ブランド エクイティとは?
ブランド エクイティとは、認知度の高いブランド名が商品提供に与える付加価値のことです。ブランド エクイティを表現する言葉としては、他に「影響力」、「良好な地位」、「商業的価値」などがあります。ブランド エクイティは、顧客が最初にブランド名を認識する必要があるため、ブランド再認と関連していますが、異なるものです。これは、ブランド エクイティがブランド名が製品に与える付加価値を重視するためです。
例を挙げてみましょう。ドラッグストアでは、さまざまな種類の頭痛薬が販売されています。ドラッグストア直営のブランドもあれば、ブランド保有企業が作った認知度の高いブランド名を持つものもあります。
各製品は、よく見てみると同じ成分である場合もあるでしょうし、使用すれば同じ結果が得られるかもしれません。
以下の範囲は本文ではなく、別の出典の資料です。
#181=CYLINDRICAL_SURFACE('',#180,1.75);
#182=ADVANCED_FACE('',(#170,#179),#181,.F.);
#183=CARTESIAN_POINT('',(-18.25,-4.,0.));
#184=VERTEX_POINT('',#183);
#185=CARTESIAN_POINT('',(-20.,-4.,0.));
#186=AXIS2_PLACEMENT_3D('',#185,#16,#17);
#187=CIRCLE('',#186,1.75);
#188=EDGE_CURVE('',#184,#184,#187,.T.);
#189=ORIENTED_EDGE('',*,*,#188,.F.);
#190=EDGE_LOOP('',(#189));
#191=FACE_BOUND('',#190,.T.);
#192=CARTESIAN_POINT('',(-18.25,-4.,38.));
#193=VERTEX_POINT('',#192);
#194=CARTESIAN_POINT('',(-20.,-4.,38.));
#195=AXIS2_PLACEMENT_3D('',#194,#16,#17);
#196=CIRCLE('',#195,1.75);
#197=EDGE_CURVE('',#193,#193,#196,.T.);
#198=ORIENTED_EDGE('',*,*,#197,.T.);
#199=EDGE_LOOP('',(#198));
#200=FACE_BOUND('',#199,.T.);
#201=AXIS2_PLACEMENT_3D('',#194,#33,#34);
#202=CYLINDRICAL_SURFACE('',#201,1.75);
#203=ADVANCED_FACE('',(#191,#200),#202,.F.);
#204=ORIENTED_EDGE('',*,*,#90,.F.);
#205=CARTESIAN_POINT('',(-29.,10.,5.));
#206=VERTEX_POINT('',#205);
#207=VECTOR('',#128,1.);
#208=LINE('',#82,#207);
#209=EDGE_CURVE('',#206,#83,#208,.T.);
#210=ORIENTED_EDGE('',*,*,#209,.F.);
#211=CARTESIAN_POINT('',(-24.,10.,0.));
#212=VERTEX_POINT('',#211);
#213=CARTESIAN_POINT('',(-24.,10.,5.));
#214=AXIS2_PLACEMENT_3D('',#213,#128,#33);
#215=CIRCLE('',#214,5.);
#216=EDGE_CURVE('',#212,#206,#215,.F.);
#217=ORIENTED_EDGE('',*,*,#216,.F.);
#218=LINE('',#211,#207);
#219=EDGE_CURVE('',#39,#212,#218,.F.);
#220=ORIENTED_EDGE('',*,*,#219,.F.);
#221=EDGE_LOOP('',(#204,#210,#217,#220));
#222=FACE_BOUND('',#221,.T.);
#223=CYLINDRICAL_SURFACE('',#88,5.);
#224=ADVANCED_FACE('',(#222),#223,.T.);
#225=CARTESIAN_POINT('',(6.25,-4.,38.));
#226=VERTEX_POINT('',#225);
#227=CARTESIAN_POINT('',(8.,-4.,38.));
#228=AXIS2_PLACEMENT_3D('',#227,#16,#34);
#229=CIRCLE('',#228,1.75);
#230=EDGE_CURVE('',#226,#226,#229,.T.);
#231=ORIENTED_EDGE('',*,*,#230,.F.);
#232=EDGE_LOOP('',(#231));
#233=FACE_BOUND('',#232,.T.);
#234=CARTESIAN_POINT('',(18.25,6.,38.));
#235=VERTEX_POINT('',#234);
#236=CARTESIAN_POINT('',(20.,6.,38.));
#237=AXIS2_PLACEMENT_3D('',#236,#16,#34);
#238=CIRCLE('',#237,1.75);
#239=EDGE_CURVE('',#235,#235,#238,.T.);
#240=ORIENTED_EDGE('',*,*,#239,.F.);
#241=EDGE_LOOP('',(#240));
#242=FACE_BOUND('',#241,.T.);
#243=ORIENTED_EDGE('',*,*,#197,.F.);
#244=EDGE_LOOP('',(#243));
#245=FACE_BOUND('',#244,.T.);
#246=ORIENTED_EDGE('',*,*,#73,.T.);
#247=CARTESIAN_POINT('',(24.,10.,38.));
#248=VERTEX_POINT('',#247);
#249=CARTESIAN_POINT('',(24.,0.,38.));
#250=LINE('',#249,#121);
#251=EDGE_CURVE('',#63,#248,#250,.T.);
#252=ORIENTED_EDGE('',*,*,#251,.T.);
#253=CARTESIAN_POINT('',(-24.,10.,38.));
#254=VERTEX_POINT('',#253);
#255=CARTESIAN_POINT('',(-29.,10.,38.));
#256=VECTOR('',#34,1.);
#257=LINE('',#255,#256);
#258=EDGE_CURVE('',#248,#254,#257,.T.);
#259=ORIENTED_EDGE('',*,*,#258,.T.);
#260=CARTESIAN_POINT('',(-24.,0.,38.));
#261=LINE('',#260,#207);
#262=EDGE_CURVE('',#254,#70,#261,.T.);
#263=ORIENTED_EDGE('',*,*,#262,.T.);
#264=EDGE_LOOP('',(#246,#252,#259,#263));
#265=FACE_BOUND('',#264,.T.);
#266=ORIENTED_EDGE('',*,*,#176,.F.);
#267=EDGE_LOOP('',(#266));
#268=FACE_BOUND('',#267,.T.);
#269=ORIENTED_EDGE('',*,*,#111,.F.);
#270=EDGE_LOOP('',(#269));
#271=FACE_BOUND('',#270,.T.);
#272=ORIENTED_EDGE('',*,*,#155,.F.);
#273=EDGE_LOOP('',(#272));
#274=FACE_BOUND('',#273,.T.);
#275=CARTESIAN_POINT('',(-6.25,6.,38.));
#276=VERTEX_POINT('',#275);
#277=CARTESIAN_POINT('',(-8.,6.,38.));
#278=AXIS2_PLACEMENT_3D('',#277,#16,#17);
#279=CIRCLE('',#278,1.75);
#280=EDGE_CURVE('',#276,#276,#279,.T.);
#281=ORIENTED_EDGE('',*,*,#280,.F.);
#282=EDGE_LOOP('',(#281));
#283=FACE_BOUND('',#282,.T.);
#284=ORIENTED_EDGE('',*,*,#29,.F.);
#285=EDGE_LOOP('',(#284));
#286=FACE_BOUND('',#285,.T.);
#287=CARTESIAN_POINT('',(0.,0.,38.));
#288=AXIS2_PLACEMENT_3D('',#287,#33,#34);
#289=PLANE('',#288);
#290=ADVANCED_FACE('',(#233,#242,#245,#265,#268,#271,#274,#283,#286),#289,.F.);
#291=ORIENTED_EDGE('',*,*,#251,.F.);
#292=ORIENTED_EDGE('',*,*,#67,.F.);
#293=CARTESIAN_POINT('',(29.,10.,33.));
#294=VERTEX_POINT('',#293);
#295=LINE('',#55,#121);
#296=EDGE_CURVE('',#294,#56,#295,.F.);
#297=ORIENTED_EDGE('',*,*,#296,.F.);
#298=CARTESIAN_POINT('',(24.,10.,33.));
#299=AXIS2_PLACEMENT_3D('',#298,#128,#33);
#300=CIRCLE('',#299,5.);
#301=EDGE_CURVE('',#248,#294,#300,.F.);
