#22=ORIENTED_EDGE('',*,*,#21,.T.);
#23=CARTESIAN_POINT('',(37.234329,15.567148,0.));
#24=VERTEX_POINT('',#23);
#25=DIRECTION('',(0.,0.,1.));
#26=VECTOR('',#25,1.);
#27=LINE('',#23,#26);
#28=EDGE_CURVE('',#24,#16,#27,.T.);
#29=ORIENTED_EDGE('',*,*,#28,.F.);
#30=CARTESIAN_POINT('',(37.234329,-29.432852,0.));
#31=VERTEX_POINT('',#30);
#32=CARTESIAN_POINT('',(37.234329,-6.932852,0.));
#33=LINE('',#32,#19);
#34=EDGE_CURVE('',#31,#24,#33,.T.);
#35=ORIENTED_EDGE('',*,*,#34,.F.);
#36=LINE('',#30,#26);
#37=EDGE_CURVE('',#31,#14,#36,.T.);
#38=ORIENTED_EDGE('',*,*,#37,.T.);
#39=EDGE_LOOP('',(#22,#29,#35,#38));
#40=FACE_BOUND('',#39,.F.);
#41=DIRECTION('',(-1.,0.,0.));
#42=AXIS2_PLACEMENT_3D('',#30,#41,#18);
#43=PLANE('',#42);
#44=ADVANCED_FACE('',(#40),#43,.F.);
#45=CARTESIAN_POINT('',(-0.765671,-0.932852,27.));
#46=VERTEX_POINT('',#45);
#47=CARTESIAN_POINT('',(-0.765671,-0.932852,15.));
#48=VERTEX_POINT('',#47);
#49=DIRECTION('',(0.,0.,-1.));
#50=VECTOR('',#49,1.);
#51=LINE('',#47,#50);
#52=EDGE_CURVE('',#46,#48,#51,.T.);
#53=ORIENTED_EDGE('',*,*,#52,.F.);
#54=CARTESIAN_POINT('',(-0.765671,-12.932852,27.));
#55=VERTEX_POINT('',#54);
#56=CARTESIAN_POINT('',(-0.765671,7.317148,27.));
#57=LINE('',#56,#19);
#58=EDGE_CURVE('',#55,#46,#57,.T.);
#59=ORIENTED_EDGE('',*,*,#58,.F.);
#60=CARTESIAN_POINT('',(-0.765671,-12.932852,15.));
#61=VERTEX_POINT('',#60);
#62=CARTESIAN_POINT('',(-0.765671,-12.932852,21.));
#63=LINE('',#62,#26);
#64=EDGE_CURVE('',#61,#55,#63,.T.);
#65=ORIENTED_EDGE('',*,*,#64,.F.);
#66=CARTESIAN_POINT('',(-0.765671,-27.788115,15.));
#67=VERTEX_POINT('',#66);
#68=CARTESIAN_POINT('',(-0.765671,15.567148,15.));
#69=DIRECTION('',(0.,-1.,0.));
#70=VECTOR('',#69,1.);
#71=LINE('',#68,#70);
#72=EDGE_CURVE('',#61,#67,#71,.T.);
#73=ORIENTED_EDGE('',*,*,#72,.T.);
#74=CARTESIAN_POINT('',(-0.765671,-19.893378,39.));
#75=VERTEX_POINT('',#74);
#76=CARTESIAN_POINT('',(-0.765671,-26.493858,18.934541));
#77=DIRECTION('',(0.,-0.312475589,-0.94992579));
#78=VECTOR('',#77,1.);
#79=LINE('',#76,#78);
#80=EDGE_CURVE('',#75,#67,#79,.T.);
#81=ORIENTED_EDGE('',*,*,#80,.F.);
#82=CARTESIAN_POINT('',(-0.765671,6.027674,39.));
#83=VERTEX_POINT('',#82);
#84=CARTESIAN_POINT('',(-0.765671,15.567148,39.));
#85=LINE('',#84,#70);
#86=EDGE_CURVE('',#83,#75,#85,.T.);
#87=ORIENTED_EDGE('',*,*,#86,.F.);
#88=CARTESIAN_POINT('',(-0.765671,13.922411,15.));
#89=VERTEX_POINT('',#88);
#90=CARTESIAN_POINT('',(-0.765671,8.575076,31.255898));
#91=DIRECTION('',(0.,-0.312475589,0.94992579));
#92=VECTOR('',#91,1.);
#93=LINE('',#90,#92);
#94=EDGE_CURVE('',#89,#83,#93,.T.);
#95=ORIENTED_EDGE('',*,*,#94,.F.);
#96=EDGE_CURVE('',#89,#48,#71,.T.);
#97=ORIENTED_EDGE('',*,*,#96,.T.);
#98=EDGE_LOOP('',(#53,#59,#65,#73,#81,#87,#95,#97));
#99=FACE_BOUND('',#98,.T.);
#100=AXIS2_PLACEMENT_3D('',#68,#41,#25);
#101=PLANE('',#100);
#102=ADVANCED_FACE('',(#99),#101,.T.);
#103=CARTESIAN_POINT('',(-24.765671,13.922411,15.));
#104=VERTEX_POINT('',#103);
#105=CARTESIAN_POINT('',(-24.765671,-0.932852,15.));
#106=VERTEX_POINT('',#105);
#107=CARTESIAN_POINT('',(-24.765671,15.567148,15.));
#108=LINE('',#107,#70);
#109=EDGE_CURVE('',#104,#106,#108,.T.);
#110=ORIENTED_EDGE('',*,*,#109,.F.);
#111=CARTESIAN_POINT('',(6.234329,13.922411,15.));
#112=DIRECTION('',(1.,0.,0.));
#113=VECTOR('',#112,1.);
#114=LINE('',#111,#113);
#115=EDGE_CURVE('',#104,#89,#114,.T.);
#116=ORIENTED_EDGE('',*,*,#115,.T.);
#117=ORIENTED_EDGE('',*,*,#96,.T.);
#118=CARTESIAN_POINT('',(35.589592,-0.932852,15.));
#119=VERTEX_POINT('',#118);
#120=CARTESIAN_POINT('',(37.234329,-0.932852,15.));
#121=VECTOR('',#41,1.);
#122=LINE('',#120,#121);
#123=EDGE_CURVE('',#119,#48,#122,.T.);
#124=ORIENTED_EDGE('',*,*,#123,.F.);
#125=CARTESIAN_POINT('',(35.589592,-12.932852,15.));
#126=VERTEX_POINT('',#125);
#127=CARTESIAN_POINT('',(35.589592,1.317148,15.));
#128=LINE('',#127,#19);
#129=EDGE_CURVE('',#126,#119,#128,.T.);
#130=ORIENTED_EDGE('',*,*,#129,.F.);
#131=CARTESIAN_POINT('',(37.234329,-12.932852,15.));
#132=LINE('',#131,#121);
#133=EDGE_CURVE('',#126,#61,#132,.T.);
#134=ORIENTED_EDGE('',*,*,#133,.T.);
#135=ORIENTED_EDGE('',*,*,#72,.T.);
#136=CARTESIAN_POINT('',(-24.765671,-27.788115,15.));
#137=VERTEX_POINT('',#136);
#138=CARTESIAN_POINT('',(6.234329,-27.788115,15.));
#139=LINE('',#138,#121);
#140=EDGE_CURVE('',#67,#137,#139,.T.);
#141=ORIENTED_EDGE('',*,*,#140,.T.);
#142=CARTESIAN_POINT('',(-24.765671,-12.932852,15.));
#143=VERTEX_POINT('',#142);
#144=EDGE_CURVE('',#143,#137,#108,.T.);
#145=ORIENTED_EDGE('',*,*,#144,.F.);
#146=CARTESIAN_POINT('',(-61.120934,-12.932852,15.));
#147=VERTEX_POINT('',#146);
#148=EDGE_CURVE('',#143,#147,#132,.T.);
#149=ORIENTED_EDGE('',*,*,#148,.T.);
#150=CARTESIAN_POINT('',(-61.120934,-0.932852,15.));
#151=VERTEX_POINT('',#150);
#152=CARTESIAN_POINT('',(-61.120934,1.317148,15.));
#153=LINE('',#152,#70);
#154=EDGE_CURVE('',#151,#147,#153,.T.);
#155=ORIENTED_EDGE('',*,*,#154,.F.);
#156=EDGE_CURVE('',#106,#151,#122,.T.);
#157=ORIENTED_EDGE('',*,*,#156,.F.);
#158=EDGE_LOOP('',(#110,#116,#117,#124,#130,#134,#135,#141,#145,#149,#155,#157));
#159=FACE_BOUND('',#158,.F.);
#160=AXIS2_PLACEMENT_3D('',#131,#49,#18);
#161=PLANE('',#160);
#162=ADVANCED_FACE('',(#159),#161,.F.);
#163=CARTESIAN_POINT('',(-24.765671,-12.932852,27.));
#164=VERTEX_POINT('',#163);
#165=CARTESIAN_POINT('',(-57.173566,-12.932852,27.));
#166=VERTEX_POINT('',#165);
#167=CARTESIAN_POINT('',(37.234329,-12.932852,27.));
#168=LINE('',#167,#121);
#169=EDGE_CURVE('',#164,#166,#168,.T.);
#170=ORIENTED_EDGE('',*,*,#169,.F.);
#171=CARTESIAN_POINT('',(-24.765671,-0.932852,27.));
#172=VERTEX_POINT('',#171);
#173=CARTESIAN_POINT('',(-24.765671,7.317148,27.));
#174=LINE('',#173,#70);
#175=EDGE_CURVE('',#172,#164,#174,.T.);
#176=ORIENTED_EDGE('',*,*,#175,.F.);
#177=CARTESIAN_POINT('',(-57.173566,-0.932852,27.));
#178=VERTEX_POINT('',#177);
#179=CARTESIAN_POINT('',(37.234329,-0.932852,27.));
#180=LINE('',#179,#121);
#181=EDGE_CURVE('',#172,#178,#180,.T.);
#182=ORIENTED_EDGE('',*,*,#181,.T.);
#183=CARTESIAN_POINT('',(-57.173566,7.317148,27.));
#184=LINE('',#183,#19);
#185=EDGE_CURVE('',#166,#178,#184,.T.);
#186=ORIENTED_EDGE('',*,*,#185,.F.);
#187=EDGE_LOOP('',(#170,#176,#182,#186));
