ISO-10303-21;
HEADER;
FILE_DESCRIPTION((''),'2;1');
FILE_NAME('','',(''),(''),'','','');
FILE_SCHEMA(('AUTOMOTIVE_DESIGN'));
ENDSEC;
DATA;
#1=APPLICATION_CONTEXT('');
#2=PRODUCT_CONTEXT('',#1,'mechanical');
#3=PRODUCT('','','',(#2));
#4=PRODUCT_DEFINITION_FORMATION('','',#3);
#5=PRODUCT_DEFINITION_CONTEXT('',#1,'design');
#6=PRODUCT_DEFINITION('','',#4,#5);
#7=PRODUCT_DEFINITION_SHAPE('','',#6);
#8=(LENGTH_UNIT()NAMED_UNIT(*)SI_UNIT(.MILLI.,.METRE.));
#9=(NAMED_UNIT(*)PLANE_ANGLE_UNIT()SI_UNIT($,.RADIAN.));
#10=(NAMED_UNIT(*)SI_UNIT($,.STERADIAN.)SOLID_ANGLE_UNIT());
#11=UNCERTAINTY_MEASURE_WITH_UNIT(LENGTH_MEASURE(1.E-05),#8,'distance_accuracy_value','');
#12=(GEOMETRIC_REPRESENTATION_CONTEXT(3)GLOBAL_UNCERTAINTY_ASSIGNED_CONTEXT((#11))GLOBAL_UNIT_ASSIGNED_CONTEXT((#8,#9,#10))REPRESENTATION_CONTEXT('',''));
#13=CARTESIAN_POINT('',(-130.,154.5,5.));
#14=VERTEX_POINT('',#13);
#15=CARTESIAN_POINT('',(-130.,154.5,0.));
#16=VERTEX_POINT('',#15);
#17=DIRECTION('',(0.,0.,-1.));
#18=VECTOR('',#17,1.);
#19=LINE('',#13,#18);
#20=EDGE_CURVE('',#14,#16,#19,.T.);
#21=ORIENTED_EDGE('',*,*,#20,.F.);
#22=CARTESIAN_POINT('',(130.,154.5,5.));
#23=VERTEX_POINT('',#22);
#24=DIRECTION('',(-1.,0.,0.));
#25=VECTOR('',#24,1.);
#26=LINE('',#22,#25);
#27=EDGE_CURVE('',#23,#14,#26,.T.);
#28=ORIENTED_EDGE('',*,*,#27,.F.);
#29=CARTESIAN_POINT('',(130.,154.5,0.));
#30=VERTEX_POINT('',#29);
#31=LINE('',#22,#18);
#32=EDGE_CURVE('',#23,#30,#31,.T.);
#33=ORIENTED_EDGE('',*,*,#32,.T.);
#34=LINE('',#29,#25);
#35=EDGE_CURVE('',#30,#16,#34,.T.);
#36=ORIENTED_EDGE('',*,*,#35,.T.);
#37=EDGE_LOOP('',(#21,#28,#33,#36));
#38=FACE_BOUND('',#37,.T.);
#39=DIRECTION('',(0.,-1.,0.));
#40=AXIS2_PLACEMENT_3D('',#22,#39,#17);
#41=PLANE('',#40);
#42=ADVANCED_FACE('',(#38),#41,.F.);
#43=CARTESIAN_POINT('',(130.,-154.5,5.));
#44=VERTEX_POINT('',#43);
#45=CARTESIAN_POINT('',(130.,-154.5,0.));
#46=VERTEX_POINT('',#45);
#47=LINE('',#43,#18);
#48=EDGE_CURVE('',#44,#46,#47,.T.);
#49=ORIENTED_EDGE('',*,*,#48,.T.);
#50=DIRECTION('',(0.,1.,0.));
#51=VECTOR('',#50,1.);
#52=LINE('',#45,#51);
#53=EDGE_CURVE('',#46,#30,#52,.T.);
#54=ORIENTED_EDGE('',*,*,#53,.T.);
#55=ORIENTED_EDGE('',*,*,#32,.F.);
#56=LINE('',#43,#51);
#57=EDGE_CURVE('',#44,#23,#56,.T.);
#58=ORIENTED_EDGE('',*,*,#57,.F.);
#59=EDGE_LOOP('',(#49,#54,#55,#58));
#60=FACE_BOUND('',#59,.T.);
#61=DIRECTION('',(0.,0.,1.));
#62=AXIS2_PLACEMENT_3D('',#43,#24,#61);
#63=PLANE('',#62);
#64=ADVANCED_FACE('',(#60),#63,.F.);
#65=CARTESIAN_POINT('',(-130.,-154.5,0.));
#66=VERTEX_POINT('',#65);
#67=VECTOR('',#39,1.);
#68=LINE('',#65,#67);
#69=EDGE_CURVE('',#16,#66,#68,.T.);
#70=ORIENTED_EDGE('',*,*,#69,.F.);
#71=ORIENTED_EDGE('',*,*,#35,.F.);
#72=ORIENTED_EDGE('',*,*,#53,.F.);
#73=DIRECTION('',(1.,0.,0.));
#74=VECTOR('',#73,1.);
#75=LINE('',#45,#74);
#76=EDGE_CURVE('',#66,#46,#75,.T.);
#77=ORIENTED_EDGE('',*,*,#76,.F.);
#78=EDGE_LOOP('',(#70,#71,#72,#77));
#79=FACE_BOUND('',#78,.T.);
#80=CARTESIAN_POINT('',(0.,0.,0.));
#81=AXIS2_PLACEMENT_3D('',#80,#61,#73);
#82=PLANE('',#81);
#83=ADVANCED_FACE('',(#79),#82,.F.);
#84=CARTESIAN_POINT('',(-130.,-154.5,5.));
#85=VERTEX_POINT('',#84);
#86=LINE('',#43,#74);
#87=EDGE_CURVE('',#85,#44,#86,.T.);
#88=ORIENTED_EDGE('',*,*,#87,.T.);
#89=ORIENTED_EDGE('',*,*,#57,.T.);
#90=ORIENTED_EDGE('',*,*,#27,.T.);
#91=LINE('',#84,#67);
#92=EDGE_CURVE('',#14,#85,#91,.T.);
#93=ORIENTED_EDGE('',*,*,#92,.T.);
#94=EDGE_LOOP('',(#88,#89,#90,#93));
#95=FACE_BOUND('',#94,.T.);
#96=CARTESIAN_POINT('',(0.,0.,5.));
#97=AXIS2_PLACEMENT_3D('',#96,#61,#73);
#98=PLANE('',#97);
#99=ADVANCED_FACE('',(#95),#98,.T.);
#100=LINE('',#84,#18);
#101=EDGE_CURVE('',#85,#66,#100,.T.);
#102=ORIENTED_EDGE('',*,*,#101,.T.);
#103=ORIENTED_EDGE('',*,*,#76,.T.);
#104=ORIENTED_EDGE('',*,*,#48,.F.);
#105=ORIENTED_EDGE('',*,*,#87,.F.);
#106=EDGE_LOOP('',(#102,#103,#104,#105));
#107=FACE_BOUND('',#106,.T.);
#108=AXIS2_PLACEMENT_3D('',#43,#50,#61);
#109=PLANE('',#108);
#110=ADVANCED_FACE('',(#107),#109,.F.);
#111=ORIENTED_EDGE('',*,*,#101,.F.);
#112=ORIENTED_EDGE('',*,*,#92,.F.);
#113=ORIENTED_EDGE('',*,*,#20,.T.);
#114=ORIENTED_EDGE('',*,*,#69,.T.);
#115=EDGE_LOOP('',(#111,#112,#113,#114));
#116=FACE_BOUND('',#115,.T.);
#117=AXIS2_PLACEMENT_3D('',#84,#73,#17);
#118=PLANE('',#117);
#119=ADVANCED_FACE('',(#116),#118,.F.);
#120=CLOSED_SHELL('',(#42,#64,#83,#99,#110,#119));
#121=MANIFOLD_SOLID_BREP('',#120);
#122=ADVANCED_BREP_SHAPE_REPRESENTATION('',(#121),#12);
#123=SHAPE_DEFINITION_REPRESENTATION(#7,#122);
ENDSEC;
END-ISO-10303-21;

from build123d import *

# Parameters (mm, degrees)
ESQUISSE1_W        = 260
ESQUISSE1_H        = 309
BOSS_EXTRU_1_DEPTH = 5


with BuildPart() as part:
    # Esquisse1 → Boss.-Extru.1 (new body)
    with BuildSketch(Plane.XY):
        Rectangle(ESQUISSE1_W, ESQUISSE1_H)
    extrude(amount=BOSS_EXTRU_1_DEPTH)


solid = part.part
しかし、あるブランド製品は、消費者の心の中で、より強い「地位」(ブランド エクイティのレベル)を保持しているかもしれません。このようなブランドは、消費者の購買意思決定に影響を与えます。このため、ブランド製品を保有する企業は、販売面で優位に立つことができます。
ブランド保有企業は、ブランドである製品の価格を上げれば、さらにブランド エクイティを活用することができます。成分や中身が同じである場合、ブランド品とノーブランド品の製造原価は理論上は同一のはずです。しかし顧客は、製品本体だけでなく、ブランド名のために追加料金を支払うことを選択するため、ブランド企業は利益率を高め、業界のより強い市場シェアを獲得することができるのです。
ブランド エクイティの構成要素
ブランド エクイティは、顧客がブランドをより個人的に認識するようになることで発生します。顧客はまずブランドの存在を知り、次に自分たちとの交流を通じてブランドに対する肯定的、否定的な意見を形成し、最後に潜在的な価値観としてブランドを連想するようになります。
1.ブランド パーセプション
ブランド パーセプションとは、その製品やサービスを象徴していると顧客が考える対象のことです。ここで気をつけたいのは、ブランド パーセプションは、ブランド を所有する企業が対象の商品を象徴していると考える内容とは必ずしもイコールではないということです。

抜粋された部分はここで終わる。